Metals and heavy metals are naturally occurring elements with high atomic weight and density. Therefore, the enzyme activity is affected by heavy metal availability and concentration as well. High concentrations of heavy metals are toxic to the active site of protein and could inhibit enzyme activity. Thus, the effects of metals and other chemicals on BglAg-762 activity were also determined. BglAg-762 activity was assessed in the presence of 1 and 10 mM (final concentration) of NaCl, KCl, CaCl₂, MgCl₂, CoCl₂, MnSO₄, MgSO₄, β-mercaptoethanol, and EDTA for 10 min at 50 °C. The retained activity was determined using pNPG as a substrate and expressed as a percentage of the activity in the absence of the compound.

It is commonly known that enzymes show different levels of activity for different substrates. Therefore, in this study, substrate preference of BglAg-762 was determined using 2.0 mM chromogenic o-nitrophenyl (oNP) and p-nitrophenyl (pNP) as substrates. The samples were incubated at 37 °C for 5 min, and the enzyme activity was observed. One unit of enzyme activity (U) was defined as the amount of enzyme required to release 1 μmol of oNP or pNP in 1 min. The following substrates were tested: pNP-β-D-galactopyranoside, pNP-β-D-glucopyranoside, pNP-β-D-fucopyranoside, pNP-β-L-arabinopyranoside, pNP-N-acetyl-β-D-glucosaminide, pNP-β-D-mannopyranoside, pNP-β-D-xylopyranoside, pNP-α-D-glucopyranoside, pNP-α-L-arabinofuranoside, pNP-α-L-arabinopyranoside, pNP-α-L-rhamnopyranoside, pNP-α-D-mannopyranoside, pNP-α-D-xylopyranoside, oNP-β-D-glucopyranoside, oNP-β-D-galactopyranoside, oNP-β-D-fucopyranoside, and oNP-α-D-galactopyranoside (all from Sigma).

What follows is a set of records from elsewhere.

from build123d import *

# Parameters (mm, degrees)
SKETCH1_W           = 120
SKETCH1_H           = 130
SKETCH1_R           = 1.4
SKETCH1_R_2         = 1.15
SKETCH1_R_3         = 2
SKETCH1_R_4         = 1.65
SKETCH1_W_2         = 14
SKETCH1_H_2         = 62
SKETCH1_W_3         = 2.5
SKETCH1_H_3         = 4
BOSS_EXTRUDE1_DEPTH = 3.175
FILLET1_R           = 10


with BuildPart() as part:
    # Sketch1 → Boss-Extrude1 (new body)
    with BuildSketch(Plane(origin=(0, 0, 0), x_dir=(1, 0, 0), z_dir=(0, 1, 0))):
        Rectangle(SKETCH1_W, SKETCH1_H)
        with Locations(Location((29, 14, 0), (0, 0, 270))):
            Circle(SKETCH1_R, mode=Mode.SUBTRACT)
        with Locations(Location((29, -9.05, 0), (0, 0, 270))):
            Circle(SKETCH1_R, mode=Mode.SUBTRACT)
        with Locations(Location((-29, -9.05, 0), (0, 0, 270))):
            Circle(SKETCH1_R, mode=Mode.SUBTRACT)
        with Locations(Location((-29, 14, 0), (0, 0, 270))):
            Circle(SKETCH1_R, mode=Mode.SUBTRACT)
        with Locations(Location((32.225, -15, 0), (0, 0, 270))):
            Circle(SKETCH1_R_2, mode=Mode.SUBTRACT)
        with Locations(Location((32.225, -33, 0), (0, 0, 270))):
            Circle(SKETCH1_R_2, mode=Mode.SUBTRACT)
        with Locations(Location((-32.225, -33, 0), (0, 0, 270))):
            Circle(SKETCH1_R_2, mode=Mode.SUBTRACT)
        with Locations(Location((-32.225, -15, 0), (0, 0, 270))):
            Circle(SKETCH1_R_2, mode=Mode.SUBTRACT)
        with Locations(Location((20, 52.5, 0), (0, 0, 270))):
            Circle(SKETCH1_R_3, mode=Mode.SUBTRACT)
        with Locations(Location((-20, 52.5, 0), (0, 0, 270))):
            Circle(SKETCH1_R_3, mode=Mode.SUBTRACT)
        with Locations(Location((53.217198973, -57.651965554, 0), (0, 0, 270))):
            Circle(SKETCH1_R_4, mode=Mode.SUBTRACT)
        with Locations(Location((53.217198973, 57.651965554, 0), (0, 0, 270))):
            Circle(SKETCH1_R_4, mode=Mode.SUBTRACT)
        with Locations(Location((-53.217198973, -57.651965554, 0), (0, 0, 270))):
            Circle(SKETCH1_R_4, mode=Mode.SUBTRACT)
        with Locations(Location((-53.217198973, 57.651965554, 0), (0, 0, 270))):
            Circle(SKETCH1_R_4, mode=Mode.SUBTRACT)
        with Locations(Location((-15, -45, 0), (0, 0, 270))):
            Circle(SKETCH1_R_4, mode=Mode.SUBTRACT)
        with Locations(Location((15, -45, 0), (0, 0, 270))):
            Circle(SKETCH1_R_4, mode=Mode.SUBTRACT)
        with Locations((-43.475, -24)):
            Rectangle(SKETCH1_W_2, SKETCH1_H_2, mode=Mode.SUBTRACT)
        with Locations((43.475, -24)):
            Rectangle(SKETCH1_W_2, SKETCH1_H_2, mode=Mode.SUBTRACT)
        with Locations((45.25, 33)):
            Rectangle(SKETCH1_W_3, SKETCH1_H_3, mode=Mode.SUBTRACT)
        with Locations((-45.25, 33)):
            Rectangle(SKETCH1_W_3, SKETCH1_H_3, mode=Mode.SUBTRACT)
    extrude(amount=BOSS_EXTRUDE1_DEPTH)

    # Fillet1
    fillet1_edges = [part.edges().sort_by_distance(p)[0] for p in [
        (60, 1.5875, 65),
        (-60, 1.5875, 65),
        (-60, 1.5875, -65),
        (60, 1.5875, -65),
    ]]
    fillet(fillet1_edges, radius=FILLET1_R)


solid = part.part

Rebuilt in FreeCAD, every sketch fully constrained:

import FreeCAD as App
import Part
import Sketcher
Q = App.Units.Quantity


def edges_at(feature, points):
    """Names of the edges that pass closest to the given points."""
    edges = feature.Shape.Edges
    near = lambda p: min(range(len(edges)), key=lambda i: edges[i].distToShape(Part.Vertex(*p))[0])
    return sorted({f"Edge{near(p) + 1}" for p in points})


def add_polygon(sketch, points):
    """Adds a closed chain of lines whose ends are joined by coincident constraints."""
    first, n = sketch.GeometryCount, len(points)
    for a, b in zip(points, points[1:] + points[:1]):
        sketch.addGeometry(Part.LineSegment(App.Vector(*a, 0), App.Vector(*b, 0)), False)
    for i in range(n):
        sketch.addConstraint(Sketcher.Constraint("Coincident", first + i, 2, first + (i + 1) % n, 1))

doc = App.newDocument("Part")
body = doc.addObject("PartDesign::Body", "Body")

# Sketch on XZ plane
sketch1 = doc.addObject("Sketcher::SketchObject", "Sketch")
body.addObject(sketch1)
sketch1.AttachmentSupport = (doc.XZ_Plane, [""])
sketch1.MapMode = "FlatFace"
add_polygon(sketch1, [(-60, -65), (-60, 65), (60, 65), (60, -65)])  # lines 0-3
sketch1.addGeometry(Part.Circle(App.Vector(-53.2, 57.7, 0), App.Vector(0, 0, 1), 1.6), False)  # 4
sketch1.addGeometry(Part.Circle(App.Vector(-32.2, 33, 0), App.Vector(0, 0, 1), 1.1), False)  # 5
sketch1.addGeometry(Part.Circle(App.Vector(-15, 45, 0), App.Vector(0, 0, 1), 1.6), False)  # 6
add_polygon(sketch1, [(-36.5, 55), (-50.5, 55), (-50.5, -7), (-36.5, -7)])  # lines 7-10
sketch1.addGeometry(Part.Circle(App.Vector(-32.2, 15, 0), App.Vector(0, 0, 1), 1.1), False)  # 11
sketch1.addGeometry(Part.Circle(App.Vector(-29, 9.1, 0), App.Vector(0, 0, 1), 1.4), False)  # 12
sketch1.addGeometry(Part.Circle(App.Vector(15, 45, 0), App.Vector(0, 0, 1), 1.6), False)  # 13
sketch1.addGeometry(Part.Circle(App.Vector(53.2, 57.7, 0), App.Vector(0, 0, 1), 1.6), False)  # 14
sketch1.addGeometry(Part.Circle(App.Vector(32.2, 33, 0), App.Vector(0, 0, 1), 1.1), False)  # 15
sketch1.addGeometry(Part.Circle(App.Vector(32.2, 15, 0), App.Vector(0, 0, 1), 1.1), False)  # 16
add_polygon(sketch1, [(50.5, 55), (36.5, 55), (36.5, -7), (50.5, -7)])  # lines 17-20
sketch1.addGeometry(Part.Circle(App.Vector(29, 9.1, 0), App.Vector(0, 0, 1), 1.4), False)  # 21
sketch1.addGeometry(Part.Circle(App.Vector(-29, -14, 0), App.Vector(0, 0, 1), 1.4), False)  # 22
add_polygon(sketch1, [(-44, -31), (-46.5, -31), (-46.5, -35), (-44, -35)])  # lines 23-26
sketch1.addGeometry(Part.Circle(App.Vector(-53.2, -57.7, 0), App.Vector(0, 0, 1), 1.6), False)  # 27
sketch1.addGeometry(Part.Circle(App.Vector(-20, -52.5, 0), App.Vector(0, 0, 1), 2), False)  # 28
sketch1.addGeometry(Part.Circle(App.Vector(29, -14, 0), App.Vector(0, 0, 1), 1.4), False)  # 29
sketch1.addGeometry(Part.Circle(App.Vector(20, -52.5, 0), App.Vector(0, 0, 1), 2), False)  # 30
add_polygon(sketch1, [(46.5, -31), (44, -31), (44, -35), (46.5, -35)])  # lines 31-34
sketch1.addGeometry(Part.Circle(App.Vector(53.2, -57.7, 0), App.Vector(0, 0, 1), 1.6), False)  # 35
sketch1.addConstraint([
    Sketcher.Constraint("Vertical", 0),
    Sketcher.Constraint("Horizontal", 1),
    Sketcher.Constraint("Vertical", 2),
    Sketcher.Constraint("Horizontal", 3),
    Sketcher.Constraint("Horizontal", 7),
    Sketcher.Constraint("Vertical", 8),
    Sketcher.Constraint("Horizontal", 9),
    Sketcher.Constraint("Vertical", 10),
    Sketcher.Constraint("Horizontal", 17),
    Sketcher.Constraint("Vertical", 18),
    Sketcher.Constraint("Horizontal", 19),
    Sketcher.Constraint("Vertical", 20),
    Sketcher.Constraint("Horizontal", 23),
    Sketcher.Constraint("Vertical", 24),
    Sketcher.Constraint("Horizontal", 25),
    Sketcher.Constraint("Vertical", 26),
    Sketcher.Constraint("Horizontal", 31),
    Sketcher.Constraint("Vertical", 32),
    Sketcher.Constraint("Horizontal", 33),
    Sketcher.Constraint("Vertical", 34),
    Sketcher.Constraint("Equal", 4, 6),
    Sketcher.Constraint("Equal", 5, 11),
    Sketcher.Constraint("Equal", 6, 13),
    Sketcher.Constraint("Equal", 13, 14),
    Sketcher.Constraint("Equal", 11, 15),
    Sketcher.Constraint("Equal", 15, 16),
    Sketcher.Constraint("Equal", 12, 21),
    Sketcher.Constraint("Equal", 21, 22),
    Sketcher.Constraint("Equal", 14, 27),
    Sketcher.Constraint("Equal", 22, 29),
    Sketcher.Constraint("Equal", 28, 30),
    Sketcher.Constraint("Equal", 27, 35),
    Sketcher.Constraint("Symmetric", 14, 3, 27, 3, -1, 1),
    Sketcher.Constraint("Symmetric", 4, 3, 35, 3, -1, 1),
    Sketcher.Constraint("Symmetric", 0, 2, 2, 2, -1, 1),
    Sketcher.Constraint("Symmetric", 6, 3, 13, 3, -2),
    Sketcher.Constraint("Symmetric", 4, 3, 14, 3, -2),
    Sketcher.Constraint("Symmetric", 5, 3, 15, 3, -2),
    Sketcher.Constraint("Symmetric", 11, 3, 16, 3, -2),
    Sketcher.Constraint("Symmetric", 12, 3, 21, 3, -2),
    Sketcher.Constraint("Symmetric", 22, 3, 29, 3, -2),
    Sketcher.Constraint("Symmetric", 28, 3, 30, 3, -2),
    Sketcher.Constraint("Symmetric", 10, 2, 17, 2, -2),
    Sketcher.Constraint("Symmetric", 8, 2, 19, 2, -2),
    Sketcher.Constraint("Symmetric", 26, 2, 31, 2, -2),
    Sketcher.Constraint("Symmetric", 24, 2, 33, 2, -2),
    Sketcher.Constraint("Vertical", 5, 3, 11, 3),
    Sketcher.Constraint("Vertical", 12, 3, 22, 3),
    Sketcher.Constraint("Diameter", 28, Q("4 mm")),
    Sketcher.Constraint("Diameter", 4, Q("3.3 mm")),
    Sketcher.Constraint("Diameter", 5, Q("2.3 mm")),
    Sketcher.Constraint("Diameter", 12, Q("2.8 mm")),
    Sketcher.Constraint("DistanceX", 1, 1, 1, 2, Q("120 mm")),
    Sketcher.Constraint("DistanceX", 7, 2, 7, 1, Q("14 mm")),
    Sketcher.Constraint("DistanceY", 0, 1, 0, 2, Q("130 mm")),
    Sketcher.Constraint("DistanceY", 8, 2, 8, 1, Q("62 mm")),
    Sketcher.Constraint("DistanceY", 24, 2, 24, 1, Q("4 mm")),
    Sketcher.Constraint("DistanceX", 23, 2, 23, 1, Q("2.5 mm")),
    Sketcher.Constraint("DistanceY", -1, 1, 5, 3, Q("33 mm")),
    Sketcher.Constraint("DistanceX", 6, 3, -1, 1, Q("15 mm")),
    Sketcher.Constraint("DistanceY", -1, 1, 6, 3, Q("45 mm")),
    Sketcher.Constraint("DistanceY", -1, 1, 11, 3, Q("15 mm")),
    Sketcher.Constraint("DistanceX", 12, 3, -1, 1, Q("29 mm")),
    Sketcher.Constraint("DistanceY", 22, 3, -1, 1, Q("14 mm")),
    Sketcher.Constraint("DistanceX", 28, 3, -1, 1, Q("20 mm")),
    Sketcher.Constraint("DistanceY", -1, 1, 7, 2, Q("55 mm")),
    Sketcher.Constraint("DistanceY", 23, 2, -1, 1, Q("31 mm")),
    Sketcher.Constraint("DistanceX", 25, 2, -1, 1, Q("44 mm")),
    Sketcher.Constraint("DistanceY", 28, 3, -1, 1, Q("52.5 mm")),
    Sketcher.Constraint("DistanceY", -1, 1, 12, 3, Q("9.05 mm")),
    Sketcher.Constraint("DistanceX", 5, 3, 15, 3, Q("64.45 mm")),
    Sketcher.Constraint("DistanceX", 7, 2, 5, 3, Q("18.25 mm")),
    Sketcher.Constraint("DistanceX", 4, 3, -1, 1, Q("53.217199 mm")),
    Sketcher.Constraint("DistanceY", -1, 1, 4, 3, Q("57.651966 mm")),
])
pad1 = doc.addObject("PartDesign::Pad", "Pad")
body.addObject(pad1)
pad1.Profile = sketch1
pad1.Length = 3.175
pad1.Reversed = True
doc.recompute()

fillet = doc.addObject("PartDesign::Fillet", "Fillet")
body.addObject(fillet)
fillet.Base = (pad1, edges_at(pad1, [
    (60, 1.587, 65),
    (-60, 1.587, 65),
    (-60, 1.587, -65),
    (60, 1.587, -65),
]))
fillet.Radius = 10

doc.recompute()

2.6.2. Enzymatic transformation of major ginsenosides by BglAg-762. Initially, we tested the effect of the fused GST on the enzyme activity of BglAg-762. The biotransformation of ginsenosides, Rb₁, Rg₃, and Re, showed that the fused GST did not affect the activity of BglAg-762. Therefore, the GST-fused enzyme (GST-BglAg-762) was used to determine the specificity and selectivity of BglAg-762 for the hydrolysis of glucose moieties attached to the C3 and C20 positions in six PPD-type (Rb₁, Rb₂, Rb₃, Rc, Rd, and Gyp-XVII) and two PPT-type (Re and Rg₁) ginsenosides. The enzyme solution at a concentration of 0.4 mg mL⁻¹ in 100 mM of sodium phosphate buffer (pH 7.0) was mixed with equal volume of major ginsenosides Rb₁, Rb₂, Rb₃, Rc, Rd, Re, Rg₁, and Gyp-XVII at a concentration of 1000 ppm at 37 °C. At regular intervals of time, the samples were collected and analyzed by TLC or HPLC to assess the enzymatic biotransformation of PPD-type and PPT-type ginsenosides.

2.6.3. TLC analysis. TLC analysis was performed with CHCl₃–CH₃OH–H₂O (65 : 35 : 10, lower phase) as a solvent in 60 F₂₅₄ silica gel plates (Merck, Germany). The spots on the TLC plates were visualized by spraying 10% (v/v) H₂SO₄ and heating at 110 °C for 5–10 min, and then compared with ginsenoside standards.

3. Results and discussion

3.1. Characterization of Arachidicoccus ginsenosidimutans sp. nov.

Arachidicoccus ginsenosidimutans (gin.se.no.si.di.mu'tans. N.L.n. ginsenosidum ginsenoside; L. part. adj. mutans transforming, converting; N.L. part. adj. ginsenosidimutans ginsenoside-converting).

After screening 15 novel bacterial species isolated from various sources, including ginseng soil and compost, the ability of these isolates to convert ginsenosides was tentatively determined by TLC analysis (data not shown). One of 15 novel species, designated as BS20^T, was characterized using a polyphasic approach to clarify its taxonomic position. After complete genomic analysis of this strain, a novel ginsenoside-hydrolyzing β-glucosidase was identified and characterized.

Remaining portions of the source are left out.